Task instructions:
In the data below, which lines hold "first"? Copy every one.

Provided records:
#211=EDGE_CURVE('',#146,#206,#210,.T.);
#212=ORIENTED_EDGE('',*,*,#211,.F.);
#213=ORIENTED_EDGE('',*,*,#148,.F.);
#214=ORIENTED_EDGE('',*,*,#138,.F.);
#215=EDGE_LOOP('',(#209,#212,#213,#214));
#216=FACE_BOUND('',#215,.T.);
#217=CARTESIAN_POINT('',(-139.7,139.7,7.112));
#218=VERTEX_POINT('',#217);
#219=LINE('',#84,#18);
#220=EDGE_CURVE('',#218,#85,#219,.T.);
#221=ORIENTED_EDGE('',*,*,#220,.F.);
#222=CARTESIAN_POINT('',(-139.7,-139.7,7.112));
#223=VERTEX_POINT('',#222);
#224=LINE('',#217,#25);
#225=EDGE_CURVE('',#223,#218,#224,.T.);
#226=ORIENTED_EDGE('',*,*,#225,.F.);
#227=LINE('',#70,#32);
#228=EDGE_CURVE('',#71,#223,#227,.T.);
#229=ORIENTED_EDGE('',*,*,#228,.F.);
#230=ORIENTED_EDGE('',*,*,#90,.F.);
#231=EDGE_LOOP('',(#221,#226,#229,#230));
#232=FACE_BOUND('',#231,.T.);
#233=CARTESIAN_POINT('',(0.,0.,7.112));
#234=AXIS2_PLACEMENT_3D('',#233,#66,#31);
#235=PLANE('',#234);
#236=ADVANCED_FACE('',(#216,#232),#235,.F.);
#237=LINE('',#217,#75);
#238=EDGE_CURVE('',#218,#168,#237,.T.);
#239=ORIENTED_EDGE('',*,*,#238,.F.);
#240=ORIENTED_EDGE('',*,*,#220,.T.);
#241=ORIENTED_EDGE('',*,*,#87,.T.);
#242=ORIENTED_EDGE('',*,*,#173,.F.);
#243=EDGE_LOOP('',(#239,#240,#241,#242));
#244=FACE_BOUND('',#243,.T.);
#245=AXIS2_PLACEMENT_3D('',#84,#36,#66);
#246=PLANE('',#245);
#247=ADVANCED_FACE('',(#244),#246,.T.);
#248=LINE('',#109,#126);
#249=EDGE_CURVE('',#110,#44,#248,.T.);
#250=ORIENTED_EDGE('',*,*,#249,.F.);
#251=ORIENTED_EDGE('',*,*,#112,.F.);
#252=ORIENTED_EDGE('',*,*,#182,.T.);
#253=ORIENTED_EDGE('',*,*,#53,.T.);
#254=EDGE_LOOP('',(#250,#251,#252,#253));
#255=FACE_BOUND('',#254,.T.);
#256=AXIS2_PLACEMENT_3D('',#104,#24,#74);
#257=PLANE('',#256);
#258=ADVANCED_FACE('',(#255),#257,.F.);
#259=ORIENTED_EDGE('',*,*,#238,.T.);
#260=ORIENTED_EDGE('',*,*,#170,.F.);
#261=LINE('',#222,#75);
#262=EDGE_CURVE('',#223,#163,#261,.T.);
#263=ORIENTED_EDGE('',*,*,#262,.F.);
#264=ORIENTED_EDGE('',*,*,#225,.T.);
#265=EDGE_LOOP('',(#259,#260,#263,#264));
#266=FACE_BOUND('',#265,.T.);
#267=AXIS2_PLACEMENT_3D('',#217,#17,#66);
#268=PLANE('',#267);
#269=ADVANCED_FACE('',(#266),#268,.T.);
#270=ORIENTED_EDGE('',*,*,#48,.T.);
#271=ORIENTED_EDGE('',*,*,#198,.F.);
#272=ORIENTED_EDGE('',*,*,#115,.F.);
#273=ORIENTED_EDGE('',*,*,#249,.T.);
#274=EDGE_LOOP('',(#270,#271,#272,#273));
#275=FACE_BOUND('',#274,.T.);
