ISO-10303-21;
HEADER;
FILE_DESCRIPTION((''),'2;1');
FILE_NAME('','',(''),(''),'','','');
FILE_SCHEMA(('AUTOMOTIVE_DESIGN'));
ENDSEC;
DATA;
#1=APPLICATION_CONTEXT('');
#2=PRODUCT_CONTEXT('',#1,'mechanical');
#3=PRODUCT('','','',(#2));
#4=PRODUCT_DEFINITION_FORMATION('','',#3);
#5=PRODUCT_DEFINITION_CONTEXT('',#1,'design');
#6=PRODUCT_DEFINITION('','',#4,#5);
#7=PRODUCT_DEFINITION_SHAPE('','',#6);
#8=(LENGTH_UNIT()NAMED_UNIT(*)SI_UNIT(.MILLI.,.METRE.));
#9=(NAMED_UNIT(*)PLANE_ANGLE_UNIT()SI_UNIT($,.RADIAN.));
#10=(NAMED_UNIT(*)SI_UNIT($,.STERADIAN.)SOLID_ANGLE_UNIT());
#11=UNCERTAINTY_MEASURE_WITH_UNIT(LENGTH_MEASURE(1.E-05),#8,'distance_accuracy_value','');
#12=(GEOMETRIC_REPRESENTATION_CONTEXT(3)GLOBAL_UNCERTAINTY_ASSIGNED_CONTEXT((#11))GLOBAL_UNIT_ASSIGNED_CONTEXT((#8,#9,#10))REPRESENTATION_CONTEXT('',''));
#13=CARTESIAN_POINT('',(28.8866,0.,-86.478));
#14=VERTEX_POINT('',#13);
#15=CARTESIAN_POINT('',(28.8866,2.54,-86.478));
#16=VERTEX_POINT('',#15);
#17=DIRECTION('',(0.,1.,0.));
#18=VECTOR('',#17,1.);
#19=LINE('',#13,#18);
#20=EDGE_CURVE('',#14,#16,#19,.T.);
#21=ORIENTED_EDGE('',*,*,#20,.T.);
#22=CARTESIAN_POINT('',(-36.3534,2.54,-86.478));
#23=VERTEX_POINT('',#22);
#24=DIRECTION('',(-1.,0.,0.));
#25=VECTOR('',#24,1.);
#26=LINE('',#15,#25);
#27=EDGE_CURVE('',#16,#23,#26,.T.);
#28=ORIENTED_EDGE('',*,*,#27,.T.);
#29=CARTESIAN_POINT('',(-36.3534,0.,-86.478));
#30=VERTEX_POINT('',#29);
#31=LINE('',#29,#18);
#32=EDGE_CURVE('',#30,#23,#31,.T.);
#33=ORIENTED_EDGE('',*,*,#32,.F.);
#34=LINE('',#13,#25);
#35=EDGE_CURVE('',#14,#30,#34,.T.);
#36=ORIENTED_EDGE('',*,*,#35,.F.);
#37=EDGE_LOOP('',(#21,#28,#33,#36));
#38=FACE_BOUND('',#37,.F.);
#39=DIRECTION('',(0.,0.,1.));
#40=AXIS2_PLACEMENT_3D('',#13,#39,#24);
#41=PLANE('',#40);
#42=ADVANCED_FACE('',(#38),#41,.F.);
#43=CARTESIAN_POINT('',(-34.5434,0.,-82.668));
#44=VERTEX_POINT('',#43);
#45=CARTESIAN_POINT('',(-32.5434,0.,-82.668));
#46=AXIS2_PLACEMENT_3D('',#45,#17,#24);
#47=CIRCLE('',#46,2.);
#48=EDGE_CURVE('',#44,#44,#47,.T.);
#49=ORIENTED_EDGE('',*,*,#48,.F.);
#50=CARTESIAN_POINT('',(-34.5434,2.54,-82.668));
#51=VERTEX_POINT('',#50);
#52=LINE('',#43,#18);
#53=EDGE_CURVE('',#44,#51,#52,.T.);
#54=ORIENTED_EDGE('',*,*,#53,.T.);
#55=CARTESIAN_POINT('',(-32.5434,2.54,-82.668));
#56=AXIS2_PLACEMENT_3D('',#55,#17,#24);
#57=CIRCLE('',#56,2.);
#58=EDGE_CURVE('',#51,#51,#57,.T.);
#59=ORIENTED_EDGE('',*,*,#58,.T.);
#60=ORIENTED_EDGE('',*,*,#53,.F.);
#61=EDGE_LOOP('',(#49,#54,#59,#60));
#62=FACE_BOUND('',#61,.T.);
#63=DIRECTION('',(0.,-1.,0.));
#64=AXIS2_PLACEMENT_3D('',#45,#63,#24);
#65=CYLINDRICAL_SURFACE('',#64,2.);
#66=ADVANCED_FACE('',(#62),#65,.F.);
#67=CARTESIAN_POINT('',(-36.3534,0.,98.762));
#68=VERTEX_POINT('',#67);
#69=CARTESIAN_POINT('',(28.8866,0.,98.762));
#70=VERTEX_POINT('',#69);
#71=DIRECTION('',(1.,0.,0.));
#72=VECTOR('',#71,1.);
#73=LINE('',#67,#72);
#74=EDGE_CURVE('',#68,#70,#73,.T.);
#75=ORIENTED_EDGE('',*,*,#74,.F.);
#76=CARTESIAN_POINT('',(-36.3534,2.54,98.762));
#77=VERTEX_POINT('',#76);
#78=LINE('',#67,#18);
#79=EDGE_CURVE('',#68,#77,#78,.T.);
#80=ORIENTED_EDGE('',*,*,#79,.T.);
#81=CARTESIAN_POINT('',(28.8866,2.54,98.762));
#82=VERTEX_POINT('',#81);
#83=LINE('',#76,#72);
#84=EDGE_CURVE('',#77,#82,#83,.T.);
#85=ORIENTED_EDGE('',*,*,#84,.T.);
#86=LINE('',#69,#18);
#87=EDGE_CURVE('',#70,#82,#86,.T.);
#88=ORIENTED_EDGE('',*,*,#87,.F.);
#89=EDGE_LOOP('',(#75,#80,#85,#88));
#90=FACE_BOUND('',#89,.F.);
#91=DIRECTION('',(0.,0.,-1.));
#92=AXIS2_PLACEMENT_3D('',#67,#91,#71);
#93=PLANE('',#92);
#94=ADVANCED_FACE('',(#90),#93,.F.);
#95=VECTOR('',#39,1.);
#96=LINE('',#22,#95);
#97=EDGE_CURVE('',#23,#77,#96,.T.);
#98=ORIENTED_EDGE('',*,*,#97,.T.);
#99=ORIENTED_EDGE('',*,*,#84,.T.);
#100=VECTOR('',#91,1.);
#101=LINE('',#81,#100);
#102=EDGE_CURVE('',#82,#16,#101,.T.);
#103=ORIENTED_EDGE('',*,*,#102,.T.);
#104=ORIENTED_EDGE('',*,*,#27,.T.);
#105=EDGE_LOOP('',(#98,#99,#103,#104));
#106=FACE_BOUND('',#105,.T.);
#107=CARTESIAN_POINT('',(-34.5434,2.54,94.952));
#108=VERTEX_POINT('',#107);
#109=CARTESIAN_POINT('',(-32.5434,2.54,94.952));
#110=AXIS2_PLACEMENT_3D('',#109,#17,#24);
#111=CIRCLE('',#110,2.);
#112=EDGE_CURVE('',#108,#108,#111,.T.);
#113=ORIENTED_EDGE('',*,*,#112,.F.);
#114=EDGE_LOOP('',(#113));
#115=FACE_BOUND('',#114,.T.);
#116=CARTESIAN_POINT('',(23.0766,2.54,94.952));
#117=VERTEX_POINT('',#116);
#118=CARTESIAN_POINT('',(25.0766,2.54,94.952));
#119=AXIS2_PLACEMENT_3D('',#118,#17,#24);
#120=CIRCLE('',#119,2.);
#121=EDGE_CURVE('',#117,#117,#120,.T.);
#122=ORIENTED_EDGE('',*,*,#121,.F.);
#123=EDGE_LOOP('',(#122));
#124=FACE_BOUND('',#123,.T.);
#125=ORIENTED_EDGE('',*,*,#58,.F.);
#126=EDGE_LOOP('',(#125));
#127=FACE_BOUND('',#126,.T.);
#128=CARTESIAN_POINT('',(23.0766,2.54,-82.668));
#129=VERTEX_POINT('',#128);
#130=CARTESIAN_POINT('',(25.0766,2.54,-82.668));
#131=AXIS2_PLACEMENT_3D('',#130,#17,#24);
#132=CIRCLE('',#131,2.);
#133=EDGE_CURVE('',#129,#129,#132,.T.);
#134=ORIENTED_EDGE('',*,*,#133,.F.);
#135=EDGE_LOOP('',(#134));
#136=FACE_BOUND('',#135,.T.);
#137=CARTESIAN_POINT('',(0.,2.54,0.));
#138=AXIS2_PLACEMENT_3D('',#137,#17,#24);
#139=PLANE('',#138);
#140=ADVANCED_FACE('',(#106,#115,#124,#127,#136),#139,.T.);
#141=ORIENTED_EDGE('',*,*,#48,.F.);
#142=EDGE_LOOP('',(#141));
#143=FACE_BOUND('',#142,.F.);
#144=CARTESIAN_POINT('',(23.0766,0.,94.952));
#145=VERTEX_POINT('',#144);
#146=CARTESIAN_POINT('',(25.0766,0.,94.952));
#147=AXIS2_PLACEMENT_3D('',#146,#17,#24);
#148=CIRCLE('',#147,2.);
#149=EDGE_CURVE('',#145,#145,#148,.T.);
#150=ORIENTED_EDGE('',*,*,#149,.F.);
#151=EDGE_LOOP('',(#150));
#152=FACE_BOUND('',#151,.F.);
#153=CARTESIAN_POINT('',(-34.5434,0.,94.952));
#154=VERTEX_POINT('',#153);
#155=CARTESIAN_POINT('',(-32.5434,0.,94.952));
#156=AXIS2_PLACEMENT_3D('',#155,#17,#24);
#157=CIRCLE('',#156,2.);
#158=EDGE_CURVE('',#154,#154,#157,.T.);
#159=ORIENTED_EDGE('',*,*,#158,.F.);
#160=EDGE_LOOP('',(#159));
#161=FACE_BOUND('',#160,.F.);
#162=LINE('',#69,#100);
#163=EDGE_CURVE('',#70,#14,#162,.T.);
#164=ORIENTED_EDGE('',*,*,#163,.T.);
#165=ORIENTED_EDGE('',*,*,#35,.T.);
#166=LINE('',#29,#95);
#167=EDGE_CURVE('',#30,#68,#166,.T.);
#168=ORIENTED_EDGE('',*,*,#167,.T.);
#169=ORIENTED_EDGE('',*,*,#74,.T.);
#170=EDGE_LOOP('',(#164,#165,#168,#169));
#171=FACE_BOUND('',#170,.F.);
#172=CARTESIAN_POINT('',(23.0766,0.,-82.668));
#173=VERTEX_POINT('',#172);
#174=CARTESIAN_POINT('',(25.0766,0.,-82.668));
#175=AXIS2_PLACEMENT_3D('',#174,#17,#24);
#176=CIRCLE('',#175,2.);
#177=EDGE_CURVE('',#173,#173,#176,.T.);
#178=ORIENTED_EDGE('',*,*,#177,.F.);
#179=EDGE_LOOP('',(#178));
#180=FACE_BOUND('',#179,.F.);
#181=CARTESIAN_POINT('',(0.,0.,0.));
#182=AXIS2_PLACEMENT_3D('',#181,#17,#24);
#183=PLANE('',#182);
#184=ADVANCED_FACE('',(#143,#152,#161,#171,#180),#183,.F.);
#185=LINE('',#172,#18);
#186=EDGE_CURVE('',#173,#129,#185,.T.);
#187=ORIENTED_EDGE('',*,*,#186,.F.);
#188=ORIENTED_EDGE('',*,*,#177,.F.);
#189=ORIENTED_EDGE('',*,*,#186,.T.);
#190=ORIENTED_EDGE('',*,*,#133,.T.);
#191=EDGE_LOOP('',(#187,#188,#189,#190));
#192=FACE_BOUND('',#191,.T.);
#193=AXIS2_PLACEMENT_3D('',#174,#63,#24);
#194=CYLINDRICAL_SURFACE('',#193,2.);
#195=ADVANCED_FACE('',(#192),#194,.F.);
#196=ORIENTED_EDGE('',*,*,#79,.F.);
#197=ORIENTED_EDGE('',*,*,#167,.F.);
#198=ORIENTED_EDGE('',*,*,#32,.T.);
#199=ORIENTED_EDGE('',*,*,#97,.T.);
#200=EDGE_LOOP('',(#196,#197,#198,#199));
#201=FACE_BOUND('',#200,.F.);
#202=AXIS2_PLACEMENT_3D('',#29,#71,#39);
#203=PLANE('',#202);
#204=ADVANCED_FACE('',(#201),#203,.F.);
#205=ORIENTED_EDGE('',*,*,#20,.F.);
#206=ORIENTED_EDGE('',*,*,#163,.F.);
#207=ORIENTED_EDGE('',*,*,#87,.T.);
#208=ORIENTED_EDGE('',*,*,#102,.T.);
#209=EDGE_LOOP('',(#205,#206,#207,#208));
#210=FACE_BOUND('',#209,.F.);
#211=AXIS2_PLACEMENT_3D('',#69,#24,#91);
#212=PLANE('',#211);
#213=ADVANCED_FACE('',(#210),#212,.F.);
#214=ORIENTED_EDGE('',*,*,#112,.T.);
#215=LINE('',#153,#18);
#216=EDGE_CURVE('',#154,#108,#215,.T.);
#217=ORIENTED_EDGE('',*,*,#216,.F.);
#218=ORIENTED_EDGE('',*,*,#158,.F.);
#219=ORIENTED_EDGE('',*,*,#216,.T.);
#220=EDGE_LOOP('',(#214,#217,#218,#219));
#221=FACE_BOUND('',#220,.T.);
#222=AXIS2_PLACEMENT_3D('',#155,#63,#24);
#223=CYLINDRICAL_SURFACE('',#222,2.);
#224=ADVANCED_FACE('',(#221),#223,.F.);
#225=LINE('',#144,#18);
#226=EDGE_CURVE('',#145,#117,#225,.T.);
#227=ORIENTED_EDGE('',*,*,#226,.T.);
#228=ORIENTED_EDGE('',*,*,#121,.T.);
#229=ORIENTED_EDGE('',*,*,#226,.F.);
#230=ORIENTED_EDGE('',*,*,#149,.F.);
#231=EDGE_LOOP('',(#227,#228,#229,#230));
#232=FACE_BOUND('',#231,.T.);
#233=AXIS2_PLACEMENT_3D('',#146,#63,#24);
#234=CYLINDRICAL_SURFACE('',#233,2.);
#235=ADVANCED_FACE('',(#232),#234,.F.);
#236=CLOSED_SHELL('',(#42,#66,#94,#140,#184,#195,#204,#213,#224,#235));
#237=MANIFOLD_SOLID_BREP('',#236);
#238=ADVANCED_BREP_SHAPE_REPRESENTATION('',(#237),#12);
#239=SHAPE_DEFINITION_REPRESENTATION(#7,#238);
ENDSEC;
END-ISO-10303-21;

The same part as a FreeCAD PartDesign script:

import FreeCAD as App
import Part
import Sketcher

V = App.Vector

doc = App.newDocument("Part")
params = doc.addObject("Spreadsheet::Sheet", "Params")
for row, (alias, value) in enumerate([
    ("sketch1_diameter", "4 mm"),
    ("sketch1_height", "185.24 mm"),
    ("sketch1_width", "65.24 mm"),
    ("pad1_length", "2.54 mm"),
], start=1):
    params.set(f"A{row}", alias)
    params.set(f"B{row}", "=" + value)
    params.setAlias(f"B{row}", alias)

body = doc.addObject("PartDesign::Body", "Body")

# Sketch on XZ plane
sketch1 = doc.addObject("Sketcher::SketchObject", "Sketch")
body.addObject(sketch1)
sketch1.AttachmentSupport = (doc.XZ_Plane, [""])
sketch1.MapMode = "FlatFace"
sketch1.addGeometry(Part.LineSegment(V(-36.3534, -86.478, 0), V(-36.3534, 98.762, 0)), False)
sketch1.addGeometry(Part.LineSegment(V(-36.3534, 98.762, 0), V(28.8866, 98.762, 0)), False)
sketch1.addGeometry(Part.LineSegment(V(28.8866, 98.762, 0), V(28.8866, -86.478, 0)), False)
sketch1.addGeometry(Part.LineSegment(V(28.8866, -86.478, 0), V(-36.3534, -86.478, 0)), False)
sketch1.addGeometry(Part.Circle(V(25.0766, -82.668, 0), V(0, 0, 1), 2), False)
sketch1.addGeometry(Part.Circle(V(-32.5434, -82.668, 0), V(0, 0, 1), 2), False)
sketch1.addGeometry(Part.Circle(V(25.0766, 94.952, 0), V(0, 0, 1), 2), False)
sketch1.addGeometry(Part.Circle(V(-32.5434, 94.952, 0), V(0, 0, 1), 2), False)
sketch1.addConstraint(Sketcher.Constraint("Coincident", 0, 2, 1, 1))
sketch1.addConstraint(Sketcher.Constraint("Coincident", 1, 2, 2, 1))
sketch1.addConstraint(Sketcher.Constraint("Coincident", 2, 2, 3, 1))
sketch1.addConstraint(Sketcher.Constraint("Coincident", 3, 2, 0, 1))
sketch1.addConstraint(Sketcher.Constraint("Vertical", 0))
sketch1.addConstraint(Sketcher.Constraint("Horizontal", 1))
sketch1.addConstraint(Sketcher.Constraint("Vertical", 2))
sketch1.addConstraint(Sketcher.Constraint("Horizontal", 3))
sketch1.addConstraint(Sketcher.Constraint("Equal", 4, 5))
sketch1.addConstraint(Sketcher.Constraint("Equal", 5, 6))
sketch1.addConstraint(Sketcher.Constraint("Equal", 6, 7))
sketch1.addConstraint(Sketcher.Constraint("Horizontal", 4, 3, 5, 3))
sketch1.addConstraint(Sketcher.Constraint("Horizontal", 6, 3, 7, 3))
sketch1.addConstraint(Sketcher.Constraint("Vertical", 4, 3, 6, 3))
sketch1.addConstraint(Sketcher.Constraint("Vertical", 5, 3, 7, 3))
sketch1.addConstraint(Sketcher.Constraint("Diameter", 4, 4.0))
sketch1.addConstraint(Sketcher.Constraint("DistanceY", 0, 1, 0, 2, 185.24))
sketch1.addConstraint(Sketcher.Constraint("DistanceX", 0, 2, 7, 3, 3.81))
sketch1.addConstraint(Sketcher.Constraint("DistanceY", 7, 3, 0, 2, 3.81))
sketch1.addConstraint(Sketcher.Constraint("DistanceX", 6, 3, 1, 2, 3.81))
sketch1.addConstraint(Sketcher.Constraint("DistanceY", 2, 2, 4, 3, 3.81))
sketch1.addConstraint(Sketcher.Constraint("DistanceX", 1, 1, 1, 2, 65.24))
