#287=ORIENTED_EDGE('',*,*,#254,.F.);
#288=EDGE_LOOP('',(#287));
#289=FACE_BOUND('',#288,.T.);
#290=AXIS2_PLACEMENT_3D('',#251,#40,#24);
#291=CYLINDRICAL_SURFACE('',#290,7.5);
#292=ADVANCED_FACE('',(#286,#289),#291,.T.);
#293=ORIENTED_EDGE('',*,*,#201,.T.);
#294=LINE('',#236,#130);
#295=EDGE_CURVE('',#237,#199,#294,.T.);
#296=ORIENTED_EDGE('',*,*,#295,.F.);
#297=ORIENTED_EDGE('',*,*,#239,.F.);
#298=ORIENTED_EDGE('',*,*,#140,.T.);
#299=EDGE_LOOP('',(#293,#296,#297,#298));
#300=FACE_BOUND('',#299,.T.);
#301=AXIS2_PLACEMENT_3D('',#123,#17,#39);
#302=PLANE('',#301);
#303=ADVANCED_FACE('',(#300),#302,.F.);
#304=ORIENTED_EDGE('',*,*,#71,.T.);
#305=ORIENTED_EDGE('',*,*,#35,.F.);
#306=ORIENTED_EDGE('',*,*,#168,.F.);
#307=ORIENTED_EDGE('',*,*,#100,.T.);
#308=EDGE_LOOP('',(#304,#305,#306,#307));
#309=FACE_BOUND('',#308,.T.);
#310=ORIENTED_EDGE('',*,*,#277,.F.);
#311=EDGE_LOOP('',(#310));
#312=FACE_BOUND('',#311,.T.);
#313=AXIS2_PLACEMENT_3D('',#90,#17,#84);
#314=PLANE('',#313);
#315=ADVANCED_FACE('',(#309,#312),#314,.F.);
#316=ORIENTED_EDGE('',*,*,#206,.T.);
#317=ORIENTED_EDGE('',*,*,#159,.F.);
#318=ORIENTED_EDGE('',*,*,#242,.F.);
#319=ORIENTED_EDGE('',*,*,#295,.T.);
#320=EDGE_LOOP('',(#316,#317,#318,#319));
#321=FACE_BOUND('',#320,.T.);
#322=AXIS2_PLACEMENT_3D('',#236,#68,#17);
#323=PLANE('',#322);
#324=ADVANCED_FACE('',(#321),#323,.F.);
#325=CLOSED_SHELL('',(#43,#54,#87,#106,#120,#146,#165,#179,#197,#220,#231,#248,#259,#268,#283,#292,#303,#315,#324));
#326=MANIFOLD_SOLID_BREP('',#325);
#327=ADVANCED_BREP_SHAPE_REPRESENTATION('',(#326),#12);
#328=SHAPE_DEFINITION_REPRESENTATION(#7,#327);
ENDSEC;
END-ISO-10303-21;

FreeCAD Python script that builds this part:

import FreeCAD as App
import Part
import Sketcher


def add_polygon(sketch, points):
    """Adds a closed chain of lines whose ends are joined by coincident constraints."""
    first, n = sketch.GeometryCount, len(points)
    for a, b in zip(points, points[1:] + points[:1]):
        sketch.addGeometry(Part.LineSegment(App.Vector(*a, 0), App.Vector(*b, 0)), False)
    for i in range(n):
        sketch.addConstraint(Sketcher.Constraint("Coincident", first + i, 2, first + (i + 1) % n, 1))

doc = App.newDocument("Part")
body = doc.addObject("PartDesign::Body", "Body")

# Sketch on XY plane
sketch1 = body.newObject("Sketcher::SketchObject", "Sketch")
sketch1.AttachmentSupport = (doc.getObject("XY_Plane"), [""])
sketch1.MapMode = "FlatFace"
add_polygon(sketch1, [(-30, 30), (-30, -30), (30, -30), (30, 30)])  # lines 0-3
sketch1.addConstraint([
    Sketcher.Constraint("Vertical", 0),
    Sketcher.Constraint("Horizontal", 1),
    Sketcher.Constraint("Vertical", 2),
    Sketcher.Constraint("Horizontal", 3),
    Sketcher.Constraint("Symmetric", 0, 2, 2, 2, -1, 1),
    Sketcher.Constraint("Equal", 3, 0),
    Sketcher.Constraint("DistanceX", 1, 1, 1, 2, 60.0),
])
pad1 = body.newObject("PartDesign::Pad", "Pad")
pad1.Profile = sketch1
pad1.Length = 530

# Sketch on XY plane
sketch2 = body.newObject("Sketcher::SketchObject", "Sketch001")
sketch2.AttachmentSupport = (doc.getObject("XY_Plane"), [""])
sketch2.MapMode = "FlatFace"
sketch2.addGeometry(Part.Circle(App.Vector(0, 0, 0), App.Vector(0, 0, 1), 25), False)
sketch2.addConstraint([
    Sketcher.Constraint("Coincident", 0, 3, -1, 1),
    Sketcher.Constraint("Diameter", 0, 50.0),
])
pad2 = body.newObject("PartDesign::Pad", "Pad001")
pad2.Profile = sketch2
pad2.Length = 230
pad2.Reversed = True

Answer section:
    first, n = sketch.GeometryCount, len(points)
        sketch.addConstraint(Sketcher.Constraint("Coincident", first + i, 2, first + (i + 1) % n, 1))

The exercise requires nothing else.